Are Dental Infographics Worth The Trouble?

Generally, once a blog writer has mastered an infographic program, the process of creating a colorful, short post is much faster than writing a full-length blog. But do infographics really pay off for dentists?

The short answer is yes, and here’s why.

It’s Not Just The Information

Every writer hopes that the reader finds his or her riveting, but that’s just not always true. Motivation, attention span, and comprehension vary by person, but they’re crucial elements in determining the effectiveness of a post.

That’s where infographics shine. By reducing paragraphs of copy to a handful of easily grasped points, and surrounding those points with a colorful design, readers are far more likely to actually engage with the post. Infographics are more visually interesting, require a far shorter time commitment, and are easier to grasp.

That’s a win-win-win for dental practices, not to mention businesses, organizations, and individuals from across the spectrum of online posting. According to a 2017 report, infographics lead the list in terms of learning and retention of information, beating out commercials, articles with images, text-only articles, and blog posts.

To be fair, infographics don’t beat out commercials by much – about six percent – but you can produce a huge number of infographics much faster and far more cheaply than a single television or radio spot.

What You’re Shooting For

When it comes to infographics, less is better. Keep the copy short and interesting; 10 -12 words per point seems to work well, but that can vary by topic and the information you need to convey. Still, follow the KISMIF rule: “Keep It Simple, Make It Funky.”

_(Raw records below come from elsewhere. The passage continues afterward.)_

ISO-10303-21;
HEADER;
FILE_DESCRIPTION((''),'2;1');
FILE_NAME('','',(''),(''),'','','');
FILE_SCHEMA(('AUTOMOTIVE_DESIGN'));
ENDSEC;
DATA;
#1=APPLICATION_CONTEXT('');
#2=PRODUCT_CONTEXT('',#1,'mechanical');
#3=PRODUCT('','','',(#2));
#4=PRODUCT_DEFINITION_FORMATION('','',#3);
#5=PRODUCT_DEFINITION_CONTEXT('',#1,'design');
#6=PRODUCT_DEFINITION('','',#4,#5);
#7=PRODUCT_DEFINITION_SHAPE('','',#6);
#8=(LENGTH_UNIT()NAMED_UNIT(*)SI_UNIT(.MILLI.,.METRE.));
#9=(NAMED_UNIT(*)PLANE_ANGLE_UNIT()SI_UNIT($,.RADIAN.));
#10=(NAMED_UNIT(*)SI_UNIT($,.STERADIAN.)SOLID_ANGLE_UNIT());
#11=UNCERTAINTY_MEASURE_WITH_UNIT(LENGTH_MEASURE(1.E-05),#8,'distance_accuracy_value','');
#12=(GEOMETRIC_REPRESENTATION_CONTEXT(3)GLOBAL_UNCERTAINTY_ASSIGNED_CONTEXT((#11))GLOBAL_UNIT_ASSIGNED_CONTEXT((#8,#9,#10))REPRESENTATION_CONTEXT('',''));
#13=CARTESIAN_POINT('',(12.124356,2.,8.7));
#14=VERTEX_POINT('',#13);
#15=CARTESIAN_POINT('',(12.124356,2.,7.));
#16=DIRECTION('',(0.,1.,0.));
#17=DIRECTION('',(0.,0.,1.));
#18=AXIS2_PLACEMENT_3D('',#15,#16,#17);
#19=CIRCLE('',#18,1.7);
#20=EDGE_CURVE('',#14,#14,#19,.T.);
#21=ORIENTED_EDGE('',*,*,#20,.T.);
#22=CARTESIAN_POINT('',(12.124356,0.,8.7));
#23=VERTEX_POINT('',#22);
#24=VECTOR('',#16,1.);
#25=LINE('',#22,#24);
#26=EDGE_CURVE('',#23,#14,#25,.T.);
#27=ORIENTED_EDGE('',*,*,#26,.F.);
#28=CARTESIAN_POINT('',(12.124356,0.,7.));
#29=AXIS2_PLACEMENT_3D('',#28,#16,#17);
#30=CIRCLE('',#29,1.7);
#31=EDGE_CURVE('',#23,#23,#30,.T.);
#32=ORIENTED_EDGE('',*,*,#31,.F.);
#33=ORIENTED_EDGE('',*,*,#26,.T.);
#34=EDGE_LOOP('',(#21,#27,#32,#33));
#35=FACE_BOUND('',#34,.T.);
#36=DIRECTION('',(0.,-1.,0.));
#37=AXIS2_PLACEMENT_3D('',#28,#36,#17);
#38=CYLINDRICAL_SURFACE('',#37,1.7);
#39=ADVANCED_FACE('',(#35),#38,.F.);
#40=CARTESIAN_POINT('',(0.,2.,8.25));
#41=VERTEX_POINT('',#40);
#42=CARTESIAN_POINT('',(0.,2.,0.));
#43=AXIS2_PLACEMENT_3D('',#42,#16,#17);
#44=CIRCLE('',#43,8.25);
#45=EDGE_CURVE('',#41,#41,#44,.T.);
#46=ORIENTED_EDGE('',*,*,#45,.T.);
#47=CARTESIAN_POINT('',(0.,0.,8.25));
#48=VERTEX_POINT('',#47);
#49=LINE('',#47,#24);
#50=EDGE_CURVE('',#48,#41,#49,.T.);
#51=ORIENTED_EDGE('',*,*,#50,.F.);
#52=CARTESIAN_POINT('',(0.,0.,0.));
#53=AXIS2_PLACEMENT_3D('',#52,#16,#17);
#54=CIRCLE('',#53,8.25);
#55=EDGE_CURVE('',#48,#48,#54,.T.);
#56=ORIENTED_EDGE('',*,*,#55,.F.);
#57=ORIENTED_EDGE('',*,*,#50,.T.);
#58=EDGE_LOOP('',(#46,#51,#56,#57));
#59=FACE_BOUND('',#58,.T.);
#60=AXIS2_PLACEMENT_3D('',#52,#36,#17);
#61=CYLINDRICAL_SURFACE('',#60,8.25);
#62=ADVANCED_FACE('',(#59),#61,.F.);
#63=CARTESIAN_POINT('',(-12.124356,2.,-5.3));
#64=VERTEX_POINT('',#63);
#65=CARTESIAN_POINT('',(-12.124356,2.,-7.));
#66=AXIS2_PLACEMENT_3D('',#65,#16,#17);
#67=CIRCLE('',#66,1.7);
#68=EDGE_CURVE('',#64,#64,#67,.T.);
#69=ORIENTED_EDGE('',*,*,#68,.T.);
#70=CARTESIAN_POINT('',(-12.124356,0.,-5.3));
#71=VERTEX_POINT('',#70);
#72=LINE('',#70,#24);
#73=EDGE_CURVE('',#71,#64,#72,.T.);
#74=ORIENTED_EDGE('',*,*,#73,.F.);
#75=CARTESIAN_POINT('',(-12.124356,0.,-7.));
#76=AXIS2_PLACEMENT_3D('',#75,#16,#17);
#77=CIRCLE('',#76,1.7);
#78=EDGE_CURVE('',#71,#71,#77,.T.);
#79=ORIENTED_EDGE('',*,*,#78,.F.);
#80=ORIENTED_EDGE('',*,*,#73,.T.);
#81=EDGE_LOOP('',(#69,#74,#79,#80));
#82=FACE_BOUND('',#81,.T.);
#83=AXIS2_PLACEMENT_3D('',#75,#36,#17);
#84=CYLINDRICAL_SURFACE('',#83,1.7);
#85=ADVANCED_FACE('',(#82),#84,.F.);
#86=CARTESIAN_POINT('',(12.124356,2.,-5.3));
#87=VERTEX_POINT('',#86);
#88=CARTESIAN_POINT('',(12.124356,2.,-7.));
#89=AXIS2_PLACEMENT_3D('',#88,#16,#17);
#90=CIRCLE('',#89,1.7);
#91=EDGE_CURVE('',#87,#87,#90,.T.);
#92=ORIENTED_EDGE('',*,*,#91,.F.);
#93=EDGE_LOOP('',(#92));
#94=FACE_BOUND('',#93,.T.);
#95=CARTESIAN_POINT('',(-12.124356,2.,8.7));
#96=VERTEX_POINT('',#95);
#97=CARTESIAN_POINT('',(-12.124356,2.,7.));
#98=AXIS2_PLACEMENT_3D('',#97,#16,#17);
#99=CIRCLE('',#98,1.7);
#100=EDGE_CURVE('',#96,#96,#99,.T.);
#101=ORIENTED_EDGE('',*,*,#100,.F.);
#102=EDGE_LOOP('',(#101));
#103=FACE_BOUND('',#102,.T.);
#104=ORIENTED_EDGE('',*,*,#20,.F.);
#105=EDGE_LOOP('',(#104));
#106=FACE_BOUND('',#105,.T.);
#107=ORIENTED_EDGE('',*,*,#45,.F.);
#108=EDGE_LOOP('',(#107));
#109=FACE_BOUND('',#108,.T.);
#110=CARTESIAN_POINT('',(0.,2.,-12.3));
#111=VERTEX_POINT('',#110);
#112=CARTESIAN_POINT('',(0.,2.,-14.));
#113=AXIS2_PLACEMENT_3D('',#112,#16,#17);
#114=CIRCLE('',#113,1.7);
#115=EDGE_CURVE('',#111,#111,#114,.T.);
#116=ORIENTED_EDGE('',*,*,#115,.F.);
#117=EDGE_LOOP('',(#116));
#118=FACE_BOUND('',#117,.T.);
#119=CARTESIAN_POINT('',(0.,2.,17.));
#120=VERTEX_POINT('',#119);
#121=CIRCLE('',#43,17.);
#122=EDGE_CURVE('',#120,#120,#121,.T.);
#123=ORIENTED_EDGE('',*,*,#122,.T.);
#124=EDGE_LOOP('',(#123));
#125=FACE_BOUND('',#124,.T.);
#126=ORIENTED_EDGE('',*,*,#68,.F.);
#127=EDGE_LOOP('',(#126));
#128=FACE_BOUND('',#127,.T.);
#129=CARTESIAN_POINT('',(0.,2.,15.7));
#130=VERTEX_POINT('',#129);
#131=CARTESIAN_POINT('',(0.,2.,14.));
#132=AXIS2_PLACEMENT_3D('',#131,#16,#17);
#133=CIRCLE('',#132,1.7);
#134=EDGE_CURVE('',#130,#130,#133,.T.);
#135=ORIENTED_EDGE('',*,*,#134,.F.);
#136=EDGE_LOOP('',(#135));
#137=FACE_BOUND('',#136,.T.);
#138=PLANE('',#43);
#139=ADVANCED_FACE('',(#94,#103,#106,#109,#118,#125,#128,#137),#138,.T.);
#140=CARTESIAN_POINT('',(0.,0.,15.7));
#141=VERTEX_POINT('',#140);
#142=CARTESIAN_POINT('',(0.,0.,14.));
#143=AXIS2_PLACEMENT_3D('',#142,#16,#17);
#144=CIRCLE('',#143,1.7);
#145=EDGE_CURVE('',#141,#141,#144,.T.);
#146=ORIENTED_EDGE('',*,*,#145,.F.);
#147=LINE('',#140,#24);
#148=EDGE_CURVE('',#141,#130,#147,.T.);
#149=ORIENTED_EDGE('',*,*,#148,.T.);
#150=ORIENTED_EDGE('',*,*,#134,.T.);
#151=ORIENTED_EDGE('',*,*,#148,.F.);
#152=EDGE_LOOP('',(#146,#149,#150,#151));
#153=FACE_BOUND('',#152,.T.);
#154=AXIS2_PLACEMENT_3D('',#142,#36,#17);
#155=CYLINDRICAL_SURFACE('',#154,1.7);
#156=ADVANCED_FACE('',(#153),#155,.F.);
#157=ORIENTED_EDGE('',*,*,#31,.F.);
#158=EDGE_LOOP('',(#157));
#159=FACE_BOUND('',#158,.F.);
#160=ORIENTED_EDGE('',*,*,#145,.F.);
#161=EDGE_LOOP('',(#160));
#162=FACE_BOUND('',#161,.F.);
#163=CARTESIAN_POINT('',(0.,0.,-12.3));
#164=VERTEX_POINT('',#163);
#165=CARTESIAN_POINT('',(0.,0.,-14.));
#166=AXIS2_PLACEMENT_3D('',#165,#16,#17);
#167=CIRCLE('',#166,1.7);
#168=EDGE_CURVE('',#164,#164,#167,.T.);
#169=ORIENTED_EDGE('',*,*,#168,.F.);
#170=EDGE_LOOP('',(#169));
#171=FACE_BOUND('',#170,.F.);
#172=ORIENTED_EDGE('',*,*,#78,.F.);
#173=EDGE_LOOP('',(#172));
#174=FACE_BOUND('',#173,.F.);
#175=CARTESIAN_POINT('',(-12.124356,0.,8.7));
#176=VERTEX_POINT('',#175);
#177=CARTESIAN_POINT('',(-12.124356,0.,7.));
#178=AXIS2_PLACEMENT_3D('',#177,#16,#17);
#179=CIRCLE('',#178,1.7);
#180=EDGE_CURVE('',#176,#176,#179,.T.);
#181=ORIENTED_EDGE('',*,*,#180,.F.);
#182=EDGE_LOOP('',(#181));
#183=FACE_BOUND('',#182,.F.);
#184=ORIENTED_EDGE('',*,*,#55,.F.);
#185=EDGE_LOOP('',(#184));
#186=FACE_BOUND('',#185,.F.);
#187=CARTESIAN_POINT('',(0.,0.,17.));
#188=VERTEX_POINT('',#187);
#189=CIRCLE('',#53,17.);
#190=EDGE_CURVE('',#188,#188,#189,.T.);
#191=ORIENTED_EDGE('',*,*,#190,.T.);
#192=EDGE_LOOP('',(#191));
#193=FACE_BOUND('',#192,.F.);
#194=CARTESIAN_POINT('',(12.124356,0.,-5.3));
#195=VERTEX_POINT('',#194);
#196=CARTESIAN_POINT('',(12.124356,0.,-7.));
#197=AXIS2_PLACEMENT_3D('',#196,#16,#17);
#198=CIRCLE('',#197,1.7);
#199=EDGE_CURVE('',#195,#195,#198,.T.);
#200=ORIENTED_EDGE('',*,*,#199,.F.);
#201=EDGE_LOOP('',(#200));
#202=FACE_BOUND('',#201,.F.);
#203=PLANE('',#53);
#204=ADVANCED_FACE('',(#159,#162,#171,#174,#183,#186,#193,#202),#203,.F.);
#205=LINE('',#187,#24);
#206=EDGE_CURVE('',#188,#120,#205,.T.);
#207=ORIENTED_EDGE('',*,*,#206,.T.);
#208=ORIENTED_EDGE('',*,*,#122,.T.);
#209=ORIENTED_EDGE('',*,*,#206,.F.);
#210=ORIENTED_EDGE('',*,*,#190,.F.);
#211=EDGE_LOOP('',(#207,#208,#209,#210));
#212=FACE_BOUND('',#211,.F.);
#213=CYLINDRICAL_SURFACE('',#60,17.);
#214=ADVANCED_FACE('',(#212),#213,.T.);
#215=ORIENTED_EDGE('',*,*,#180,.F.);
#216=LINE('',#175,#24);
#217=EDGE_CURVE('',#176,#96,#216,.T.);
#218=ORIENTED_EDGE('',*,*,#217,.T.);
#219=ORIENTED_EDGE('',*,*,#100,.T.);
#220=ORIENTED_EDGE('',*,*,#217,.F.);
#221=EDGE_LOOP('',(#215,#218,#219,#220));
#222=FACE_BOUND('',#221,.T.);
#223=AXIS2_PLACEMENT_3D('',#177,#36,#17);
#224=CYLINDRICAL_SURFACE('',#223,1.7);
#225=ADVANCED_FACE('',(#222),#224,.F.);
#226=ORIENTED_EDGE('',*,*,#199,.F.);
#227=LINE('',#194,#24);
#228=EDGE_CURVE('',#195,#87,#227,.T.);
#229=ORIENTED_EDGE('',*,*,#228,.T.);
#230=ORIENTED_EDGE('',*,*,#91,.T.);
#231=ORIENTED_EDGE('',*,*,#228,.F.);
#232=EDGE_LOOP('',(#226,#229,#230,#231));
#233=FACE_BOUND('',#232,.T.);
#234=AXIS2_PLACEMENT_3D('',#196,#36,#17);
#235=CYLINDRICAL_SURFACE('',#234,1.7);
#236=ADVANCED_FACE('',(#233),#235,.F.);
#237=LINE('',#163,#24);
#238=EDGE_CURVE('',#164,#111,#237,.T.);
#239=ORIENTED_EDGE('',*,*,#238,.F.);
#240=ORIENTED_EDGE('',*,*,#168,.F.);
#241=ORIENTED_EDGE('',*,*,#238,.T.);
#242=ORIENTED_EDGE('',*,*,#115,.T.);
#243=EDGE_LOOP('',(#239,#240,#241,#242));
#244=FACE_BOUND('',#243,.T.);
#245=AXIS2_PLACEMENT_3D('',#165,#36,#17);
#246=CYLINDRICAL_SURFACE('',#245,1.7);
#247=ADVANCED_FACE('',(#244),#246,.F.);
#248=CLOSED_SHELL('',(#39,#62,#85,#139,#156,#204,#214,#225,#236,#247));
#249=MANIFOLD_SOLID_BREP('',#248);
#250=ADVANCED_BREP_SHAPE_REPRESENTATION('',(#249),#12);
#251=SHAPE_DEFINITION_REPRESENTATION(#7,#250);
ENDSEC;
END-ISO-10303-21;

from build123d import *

# Parameters (mm, degrees)
SKETCH1_R           = 17
SKETCH1_R_2         = 8.25
SKETCH1_R_3         = 1.7
BOSS_EXTRUDE1_DEPTH = 2


with BuildPart() as part:
    # Sketch1 → Boss-Extrude1 (new body)
    with BuildSketch(Plane(origin=(0, 0, 0), x_dir=(1, 0, 0), z_dir=(0, 1, 0))):
        with Locations(Location((0, 0, 0), (0, 0, 270))):
            Circle(SKETCH1_R)
        with Locations(Location((0, 0, 0), (0, 0, 270))):
            Circle(SKETCH1_R_2, mode=Mode.SUBTRACT)
        with Locations(Location((0, 14, 0), (0, 0, 270))):
            Circle(SKETCH1_R_3, mode=Mode.SUBTRACT)
        with Locations(Location((12.124355653, 7, 0), (0, 0, 270))):
            Circle(SKETCH1_R_3, mode=Mode.SUBTRACT)
        with Locations(Location((12.124355653, -7, 0), (0, 0, 270))):
            Circle(SKETCH1_R_3, mode=Mode.SUBTRACT)
        with Locations(Location((0, -14, 0), (0, 0, 270))):
            Circle(SKETCH1_R_3, mode=Mode.SUBTRACT)
        with Locations(Location((-12.124355653, -7, 0), (0, 0, 270))):
            Circle(SKETCH1_R_3, mode=Mode.SUBTRACT)
        with Locations(Location((-12.124355653, 7, 0), (0, 0, 270))):
            Circle(SKETCH1_R_3, mode=Mode.SUBTRACT)
    extrude(amount=BOSS_EXTRUDE1_DEPTH)


solid = part.part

Support your point with appropriate visuals – bar graphs with numbers, for instance, or teeth, or a toothbrush – since visuals have been shown to increase learning and aid attention by a factor of four.

Almost all the infographic programs offer a fair variety of stock templates to choose from, which simplifies the design process considerably. Generally, unless there’s a single point that is far more important than the others, you’ll want to shoot for a balanced approach in your design. Keep your visual elements fairly simple to avoid distracting the reader.

Finally, make sure that the reader’s eye is drawn logically from the first point to the last. An infographic is information, but it’s also an argument to do something. Generally, you want to draw the reader through to your call to action – call to schedule, visit your website, etc.

So, Why Isn’t This Post An Infographic?

For one simple reason: there’s too much information to convey in a simple, abbreviated, visual format. Consider the points about information, attention, motivation, and comprehension; those four alone might be enough for an infographic. Add in copywriting and design elements, layout considerations, and a logical progression to a CTA, and any attempted infographic would be too crowded to be effective.

When it comes to infographics, more isn’t better. The right words, the right visuals, and the right layout are keys to success for dentists who want to embrace this “short-form” social posting medium.